Pensacola use PhaME_m (https://github.com/BPHL-Molecular/PhaME_m) for phylogeny and molecular evolution of Candida samples. Three phylogenetic trees (FastTree, RaxML, IQ tree) can be generated.
Please follow the steps below to perform phylogenetic analysis:

  1. Install required dependencies using mamba. Only applicable for the first time you use this feature.If this is not your first time using this feature, you don't need to reinstall them and please ignore this step.
mamba install perl-bioperl
mamba install samtools
mamba install bcftools
mamba install mummer
mamba install bowtie2
mamba install fasttree
mamba install bbmap
mamba install raxml
mamba install perl-parallel-forkmanager
mamba install perl-statistics-distributions
mamba install paml
mamba install mafft
mamba install hyphy
  1. Go to /Phame directory
  2. Create the folder "/Phame/test/workdirs/mytest"

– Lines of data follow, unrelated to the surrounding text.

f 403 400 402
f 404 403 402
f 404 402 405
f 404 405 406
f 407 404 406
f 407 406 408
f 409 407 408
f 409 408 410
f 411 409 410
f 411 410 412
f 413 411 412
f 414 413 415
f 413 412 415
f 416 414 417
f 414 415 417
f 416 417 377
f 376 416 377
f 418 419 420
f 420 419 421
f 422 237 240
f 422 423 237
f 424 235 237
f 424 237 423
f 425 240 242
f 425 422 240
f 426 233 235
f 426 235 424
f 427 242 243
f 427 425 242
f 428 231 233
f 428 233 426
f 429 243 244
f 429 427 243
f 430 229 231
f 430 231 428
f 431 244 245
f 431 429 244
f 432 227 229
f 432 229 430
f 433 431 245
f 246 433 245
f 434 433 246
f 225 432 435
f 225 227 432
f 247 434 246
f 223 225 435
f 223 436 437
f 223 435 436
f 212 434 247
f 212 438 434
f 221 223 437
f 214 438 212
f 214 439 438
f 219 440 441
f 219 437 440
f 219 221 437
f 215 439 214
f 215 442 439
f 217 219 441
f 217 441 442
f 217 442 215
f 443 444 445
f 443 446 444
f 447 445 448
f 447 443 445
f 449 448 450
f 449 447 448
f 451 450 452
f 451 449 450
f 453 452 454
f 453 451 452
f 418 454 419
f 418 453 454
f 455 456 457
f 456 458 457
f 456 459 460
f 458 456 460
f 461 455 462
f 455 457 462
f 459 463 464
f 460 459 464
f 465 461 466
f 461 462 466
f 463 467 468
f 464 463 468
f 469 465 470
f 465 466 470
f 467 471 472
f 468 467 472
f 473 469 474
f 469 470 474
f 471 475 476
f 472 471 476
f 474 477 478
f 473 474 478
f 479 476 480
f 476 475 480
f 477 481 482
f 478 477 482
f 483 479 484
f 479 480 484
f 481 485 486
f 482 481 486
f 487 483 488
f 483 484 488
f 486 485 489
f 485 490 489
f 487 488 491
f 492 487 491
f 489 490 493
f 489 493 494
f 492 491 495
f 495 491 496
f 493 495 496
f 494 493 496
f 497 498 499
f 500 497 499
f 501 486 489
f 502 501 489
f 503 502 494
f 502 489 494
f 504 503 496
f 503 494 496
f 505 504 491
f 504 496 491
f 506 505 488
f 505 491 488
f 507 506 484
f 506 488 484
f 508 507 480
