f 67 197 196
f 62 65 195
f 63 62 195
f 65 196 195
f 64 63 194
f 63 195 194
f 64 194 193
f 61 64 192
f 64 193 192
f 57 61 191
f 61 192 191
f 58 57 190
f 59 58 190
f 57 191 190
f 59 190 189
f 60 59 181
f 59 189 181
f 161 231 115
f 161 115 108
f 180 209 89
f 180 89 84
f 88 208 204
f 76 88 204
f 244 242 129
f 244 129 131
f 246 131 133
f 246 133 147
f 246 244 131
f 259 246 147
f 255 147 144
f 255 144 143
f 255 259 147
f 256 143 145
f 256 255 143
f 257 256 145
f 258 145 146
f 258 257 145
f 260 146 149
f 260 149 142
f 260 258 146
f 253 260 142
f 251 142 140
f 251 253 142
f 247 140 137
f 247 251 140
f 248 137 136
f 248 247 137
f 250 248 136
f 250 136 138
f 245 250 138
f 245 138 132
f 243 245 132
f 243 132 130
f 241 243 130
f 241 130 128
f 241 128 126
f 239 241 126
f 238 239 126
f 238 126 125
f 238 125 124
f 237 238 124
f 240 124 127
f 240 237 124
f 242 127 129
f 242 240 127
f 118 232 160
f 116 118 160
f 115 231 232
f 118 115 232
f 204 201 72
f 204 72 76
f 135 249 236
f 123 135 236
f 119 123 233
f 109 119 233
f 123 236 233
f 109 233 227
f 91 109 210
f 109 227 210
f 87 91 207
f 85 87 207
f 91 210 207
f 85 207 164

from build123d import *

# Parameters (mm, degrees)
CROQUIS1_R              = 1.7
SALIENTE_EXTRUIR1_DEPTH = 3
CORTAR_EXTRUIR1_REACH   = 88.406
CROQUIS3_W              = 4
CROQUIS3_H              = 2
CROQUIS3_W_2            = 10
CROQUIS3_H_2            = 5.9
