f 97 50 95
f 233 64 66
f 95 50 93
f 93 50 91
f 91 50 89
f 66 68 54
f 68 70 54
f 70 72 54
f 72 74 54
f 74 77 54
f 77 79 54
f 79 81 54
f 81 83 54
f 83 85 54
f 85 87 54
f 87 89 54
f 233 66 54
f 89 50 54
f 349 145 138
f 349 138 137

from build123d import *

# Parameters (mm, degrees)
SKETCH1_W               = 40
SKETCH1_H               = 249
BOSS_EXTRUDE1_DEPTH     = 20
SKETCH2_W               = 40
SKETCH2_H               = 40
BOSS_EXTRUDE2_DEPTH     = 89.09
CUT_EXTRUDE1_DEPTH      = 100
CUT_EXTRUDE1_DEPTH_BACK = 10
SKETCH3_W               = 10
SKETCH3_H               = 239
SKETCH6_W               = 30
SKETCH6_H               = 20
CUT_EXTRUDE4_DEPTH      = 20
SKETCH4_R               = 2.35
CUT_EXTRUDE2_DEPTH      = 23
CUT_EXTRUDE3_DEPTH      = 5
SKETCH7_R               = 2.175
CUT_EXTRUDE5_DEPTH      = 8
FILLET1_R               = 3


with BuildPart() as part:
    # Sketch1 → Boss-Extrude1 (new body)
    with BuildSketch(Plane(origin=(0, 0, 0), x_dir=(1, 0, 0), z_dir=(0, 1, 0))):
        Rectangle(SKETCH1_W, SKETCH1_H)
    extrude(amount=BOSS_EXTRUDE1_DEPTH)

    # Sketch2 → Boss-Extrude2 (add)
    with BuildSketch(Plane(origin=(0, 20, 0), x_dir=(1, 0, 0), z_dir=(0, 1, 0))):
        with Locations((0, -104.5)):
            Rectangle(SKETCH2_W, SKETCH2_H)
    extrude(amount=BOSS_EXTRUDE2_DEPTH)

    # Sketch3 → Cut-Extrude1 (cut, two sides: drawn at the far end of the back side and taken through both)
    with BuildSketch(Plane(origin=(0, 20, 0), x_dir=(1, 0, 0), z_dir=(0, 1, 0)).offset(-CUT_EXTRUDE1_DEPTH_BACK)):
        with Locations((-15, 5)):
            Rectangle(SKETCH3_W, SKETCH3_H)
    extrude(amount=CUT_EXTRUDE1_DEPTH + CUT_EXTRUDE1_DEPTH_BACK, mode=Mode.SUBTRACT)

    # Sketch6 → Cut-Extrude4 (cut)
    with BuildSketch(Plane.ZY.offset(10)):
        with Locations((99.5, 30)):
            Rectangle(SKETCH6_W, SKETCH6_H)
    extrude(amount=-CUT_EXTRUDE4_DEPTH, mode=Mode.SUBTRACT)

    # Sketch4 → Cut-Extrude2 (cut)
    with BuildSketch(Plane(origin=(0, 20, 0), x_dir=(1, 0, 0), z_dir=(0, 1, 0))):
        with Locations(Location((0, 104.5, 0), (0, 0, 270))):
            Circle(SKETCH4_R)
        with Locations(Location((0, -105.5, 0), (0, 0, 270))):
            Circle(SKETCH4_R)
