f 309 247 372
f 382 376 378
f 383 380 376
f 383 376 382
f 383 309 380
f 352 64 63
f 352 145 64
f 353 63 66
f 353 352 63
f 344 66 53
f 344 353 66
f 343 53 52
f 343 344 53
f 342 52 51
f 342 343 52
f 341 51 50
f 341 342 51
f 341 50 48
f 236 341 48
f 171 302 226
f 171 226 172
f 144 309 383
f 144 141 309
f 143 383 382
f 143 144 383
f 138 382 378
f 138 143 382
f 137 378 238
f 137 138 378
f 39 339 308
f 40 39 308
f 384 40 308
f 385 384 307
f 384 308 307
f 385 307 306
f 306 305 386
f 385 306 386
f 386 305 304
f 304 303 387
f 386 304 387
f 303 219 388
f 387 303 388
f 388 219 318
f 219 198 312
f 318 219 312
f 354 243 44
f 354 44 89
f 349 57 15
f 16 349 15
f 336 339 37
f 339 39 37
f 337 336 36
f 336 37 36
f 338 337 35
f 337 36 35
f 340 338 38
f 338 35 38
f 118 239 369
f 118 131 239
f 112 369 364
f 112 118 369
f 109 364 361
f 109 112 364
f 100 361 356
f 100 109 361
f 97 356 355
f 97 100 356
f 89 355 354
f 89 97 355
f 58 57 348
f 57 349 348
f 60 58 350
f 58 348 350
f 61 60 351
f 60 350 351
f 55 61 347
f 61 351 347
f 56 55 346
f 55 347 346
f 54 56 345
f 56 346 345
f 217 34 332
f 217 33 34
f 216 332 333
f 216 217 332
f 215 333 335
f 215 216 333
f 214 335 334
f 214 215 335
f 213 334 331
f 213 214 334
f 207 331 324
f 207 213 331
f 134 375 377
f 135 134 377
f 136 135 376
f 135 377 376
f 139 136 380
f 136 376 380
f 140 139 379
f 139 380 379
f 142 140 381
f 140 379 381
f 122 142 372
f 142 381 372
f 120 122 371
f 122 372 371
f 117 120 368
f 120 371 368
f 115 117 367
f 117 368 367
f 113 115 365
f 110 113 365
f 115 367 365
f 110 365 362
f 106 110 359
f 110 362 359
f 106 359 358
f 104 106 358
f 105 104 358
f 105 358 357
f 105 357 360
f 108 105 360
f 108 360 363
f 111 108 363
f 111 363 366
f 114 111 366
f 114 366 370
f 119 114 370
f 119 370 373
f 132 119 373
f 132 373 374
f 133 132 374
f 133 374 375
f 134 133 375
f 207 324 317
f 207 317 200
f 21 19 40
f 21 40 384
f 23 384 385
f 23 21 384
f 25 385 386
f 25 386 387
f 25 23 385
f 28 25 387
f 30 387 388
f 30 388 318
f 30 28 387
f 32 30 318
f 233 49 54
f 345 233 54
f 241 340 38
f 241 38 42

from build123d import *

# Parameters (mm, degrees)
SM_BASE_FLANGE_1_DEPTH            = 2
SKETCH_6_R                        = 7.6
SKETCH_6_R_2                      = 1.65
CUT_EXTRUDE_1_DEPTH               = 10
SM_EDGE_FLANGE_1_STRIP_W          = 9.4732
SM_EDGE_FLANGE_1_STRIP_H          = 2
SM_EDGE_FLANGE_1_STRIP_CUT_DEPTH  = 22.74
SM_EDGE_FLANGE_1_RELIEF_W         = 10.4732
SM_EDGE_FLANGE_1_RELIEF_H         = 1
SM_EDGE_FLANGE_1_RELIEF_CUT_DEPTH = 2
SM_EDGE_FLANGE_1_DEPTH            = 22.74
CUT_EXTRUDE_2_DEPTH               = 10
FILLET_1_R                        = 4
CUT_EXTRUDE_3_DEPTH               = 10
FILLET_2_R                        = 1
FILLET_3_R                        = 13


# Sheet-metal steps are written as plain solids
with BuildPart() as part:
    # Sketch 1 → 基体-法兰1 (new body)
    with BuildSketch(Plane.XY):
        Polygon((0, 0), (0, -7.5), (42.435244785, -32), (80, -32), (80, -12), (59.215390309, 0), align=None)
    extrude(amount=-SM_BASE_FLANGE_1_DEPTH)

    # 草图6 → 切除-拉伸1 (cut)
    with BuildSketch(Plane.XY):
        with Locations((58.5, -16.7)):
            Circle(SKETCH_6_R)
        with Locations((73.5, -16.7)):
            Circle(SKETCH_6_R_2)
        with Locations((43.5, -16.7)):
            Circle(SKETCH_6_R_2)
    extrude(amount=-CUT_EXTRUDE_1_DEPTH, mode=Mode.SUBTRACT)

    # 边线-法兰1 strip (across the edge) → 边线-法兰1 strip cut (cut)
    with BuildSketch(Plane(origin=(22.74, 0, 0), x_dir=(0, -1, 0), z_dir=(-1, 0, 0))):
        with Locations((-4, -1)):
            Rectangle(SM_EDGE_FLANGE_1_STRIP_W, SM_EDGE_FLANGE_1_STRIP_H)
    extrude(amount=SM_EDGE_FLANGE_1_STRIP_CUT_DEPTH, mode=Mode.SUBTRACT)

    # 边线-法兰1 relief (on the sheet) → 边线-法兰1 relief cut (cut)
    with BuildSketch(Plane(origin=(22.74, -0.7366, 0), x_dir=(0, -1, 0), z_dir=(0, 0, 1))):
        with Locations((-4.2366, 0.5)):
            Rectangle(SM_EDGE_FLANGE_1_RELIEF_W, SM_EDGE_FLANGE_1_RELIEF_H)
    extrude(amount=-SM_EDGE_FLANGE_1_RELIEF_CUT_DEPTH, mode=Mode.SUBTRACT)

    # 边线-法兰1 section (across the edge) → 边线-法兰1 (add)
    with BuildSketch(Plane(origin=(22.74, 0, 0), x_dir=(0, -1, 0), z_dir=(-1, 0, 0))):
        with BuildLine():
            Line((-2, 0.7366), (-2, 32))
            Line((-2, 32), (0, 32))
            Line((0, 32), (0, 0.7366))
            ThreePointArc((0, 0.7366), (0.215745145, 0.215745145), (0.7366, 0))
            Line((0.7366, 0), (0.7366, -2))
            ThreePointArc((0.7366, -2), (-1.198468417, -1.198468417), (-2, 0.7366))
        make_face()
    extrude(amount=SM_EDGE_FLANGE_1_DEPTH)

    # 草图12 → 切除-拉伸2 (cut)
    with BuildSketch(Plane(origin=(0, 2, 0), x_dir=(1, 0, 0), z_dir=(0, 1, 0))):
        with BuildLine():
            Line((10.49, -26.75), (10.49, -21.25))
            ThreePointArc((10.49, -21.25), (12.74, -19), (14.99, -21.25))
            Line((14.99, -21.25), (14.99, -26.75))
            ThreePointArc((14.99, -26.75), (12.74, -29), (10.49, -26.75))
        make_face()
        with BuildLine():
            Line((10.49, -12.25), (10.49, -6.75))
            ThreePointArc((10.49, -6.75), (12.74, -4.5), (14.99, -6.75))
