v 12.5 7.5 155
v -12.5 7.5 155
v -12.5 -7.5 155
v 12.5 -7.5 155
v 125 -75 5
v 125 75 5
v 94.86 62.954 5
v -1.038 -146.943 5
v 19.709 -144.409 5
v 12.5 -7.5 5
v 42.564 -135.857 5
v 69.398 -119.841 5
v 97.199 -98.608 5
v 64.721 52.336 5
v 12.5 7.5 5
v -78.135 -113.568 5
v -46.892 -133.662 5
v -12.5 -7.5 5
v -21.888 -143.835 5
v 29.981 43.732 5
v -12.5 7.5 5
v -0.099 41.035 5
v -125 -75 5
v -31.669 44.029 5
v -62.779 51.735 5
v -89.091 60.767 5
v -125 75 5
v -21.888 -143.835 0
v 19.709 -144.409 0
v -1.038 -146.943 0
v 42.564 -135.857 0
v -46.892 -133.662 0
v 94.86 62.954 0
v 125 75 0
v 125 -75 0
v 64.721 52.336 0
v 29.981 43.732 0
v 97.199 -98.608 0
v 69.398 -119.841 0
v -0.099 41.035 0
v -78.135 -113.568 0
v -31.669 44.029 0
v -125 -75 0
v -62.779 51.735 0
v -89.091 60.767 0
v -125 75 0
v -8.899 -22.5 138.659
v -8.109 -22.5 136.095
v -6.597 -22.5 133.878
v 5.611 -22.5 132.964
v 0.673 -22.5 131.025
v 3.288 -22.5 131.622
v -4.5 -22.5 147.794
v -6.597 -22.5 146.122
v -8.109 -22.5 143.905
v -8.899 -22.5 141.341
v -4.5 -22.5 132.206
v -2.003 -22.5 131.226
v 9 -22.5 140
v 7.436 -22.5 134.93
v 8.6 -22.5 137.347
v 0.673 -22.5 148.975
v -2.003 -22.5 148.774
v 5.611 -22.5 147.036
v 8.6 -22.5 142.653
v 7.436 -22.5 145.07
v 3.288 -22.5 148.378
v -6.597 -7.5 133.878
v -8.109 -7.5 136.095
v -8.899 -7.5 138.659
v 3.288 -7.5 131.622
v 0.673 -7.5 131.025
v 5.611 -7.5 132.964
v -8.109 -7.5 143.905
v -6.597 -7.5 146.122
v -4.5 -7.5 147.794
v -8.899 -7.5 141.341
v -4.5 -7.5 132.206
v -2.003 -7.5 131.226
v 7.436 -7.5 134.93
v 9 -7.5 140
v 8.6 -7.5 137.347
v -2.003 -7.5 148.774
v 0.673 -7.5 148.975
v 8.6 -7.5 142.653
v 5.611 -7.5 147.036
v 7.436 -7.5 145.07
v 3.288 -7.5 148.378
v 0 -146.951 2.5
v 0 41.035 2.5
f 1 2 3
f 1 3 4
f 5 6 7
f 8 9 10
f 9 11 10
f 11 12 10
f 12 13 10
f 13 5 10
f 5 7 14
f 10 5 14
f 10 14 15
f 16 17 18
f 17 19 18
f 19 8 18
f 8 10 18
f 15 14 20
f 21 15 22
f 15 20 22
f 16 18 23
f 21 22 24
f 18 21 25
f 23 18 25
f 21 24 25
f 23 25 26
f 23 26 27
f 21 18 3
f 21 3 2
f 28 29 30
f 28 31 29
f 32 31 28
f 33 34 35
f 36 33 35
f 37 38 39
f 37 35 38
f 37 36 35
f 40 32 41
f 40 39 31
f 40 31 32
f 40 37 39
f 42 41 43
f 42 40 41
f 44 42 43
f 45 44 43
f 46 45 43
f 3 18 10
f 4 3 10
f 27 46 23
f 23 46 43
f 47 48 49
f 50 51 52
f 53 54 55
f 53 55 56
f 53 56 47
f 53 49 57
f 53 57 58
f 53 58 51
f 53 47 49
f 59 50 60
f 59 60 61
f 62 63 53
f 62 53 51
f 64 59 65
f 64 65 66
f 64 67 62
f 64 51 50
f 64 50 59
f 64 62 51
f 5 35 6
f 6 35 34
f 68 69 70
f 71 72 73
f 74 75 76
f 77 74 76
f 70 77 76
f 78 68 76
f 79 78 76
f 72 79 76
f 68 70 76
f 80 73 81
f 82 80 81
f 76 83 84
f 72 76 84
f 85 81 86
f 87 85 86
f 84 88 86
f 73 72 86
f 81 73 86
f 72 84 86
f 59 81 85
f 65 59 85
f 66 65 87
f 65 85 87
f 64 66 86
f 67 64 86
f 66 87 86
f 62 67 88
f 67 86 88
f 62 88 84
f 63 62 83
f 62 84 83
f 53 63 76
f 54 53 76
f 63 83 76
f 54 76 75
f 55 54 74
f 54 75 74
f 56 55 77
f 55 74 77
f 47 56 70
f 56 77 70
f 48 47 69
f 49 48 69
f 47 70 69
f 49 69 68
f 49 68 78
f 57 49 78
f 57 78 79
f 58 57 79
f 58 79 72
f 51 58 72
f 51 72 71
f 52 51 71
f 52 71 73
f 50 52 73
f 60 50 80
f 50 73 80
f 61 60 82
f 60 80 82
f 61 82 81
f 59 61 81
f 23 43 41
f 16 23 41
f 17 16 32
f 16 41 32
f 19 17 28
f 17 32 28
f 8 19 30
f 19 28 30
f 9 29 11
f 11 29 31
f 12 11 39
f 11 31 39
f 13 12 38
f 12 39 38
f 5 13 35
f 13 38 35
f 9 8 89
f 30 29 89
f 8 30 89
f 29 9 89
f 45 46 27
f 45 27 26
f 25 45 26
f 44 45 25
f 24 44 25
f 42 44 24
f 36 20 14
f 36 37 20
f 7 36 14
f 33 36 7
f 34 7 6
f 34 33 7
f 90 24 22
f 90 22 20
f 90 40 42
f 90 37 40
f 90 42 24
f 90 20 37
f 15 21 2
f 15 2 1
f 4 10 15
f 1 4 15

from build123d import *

# Parameters (mm, degrees)
F1_DEPTH = 5
F2_W     = 25
F2_H     = 15
F3_DEPTH = 150
F4_R     = 9
F5_DEPTH = 15


with BuildPart() as f1:
    # F0 (on Top) → F1 (new body)
    with BuildSketch(Plane.XY):
        with BuildLine():
            add(Edge.make_bspline(
                [(-124.999996, 75), (-83.333332, 58.017569), (3e-06, 24.052707), (83.333335, 58.017569), (125.000004, 75)],
                knots=[0, 0, 0, 0, 129.532278, 259.064562, 259.064562, 259.064562, 259.064562], degree=3))
            Line((-124.999996, 75), (-125.000004, -75))
            add(Edge.make_bspline(
                [(-125.000004, -75), (-83.333335, -110.975347), (-2e-06, -182.926038), (83.333332, -110.975345), (124.999996, -75)],
                knots=[0, 0, 0, 0, 144.228648, 288.45729, 288.45729, 288.45729, 288.45729], degree=3))
            Line((124.999996, -75), (125.000004, 75))
        make_face()
    extrude(amount=F1_DEPTH)

    # F2 (on face) → F3 (join)
    with BuildSketch(Plane.XY.offset(5)):
        Rectangle(F2_W, F2_H)
    extrude(amount=F3_DEPTH)


with BuildPart() as f5:
    # F4 (on face) → F5 (new body)
    with BuildSketch(Plane.XZ.offset(7.5)):
        with Locations((0, 140)):
            Circle(F4_R)
    extrude(amount=F5_DEPTH)


solid = Compound([f1.part, f5.part])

mkdir -p ./test/workdirs/mytest
  1. Copy the contig files in fasta format of Candida samples to /Phame/test/workdirs/mytest/. The contig files were generated by Pensacola and outputted to the folder "assemble".
  2. Optional- Change the default parameter settings. The default parameter settings can be changed in "./test/ctl_files/candida.ctl". For example, the default phylogenetic tree is RaxML. If you want IQ tree, you need change the parameter "tree = 2" to "tree = 3".
  3. Run the file "phame.sh"
sbatch ./phame.sh
  1. All phylogeny results can be found in the directory /Phame/test/workdirs/mytest/

  2. Note: 1. It makes no sense to perform bootstrap with less than 4 sequences. 2. Alignment must have at least 3 sequences.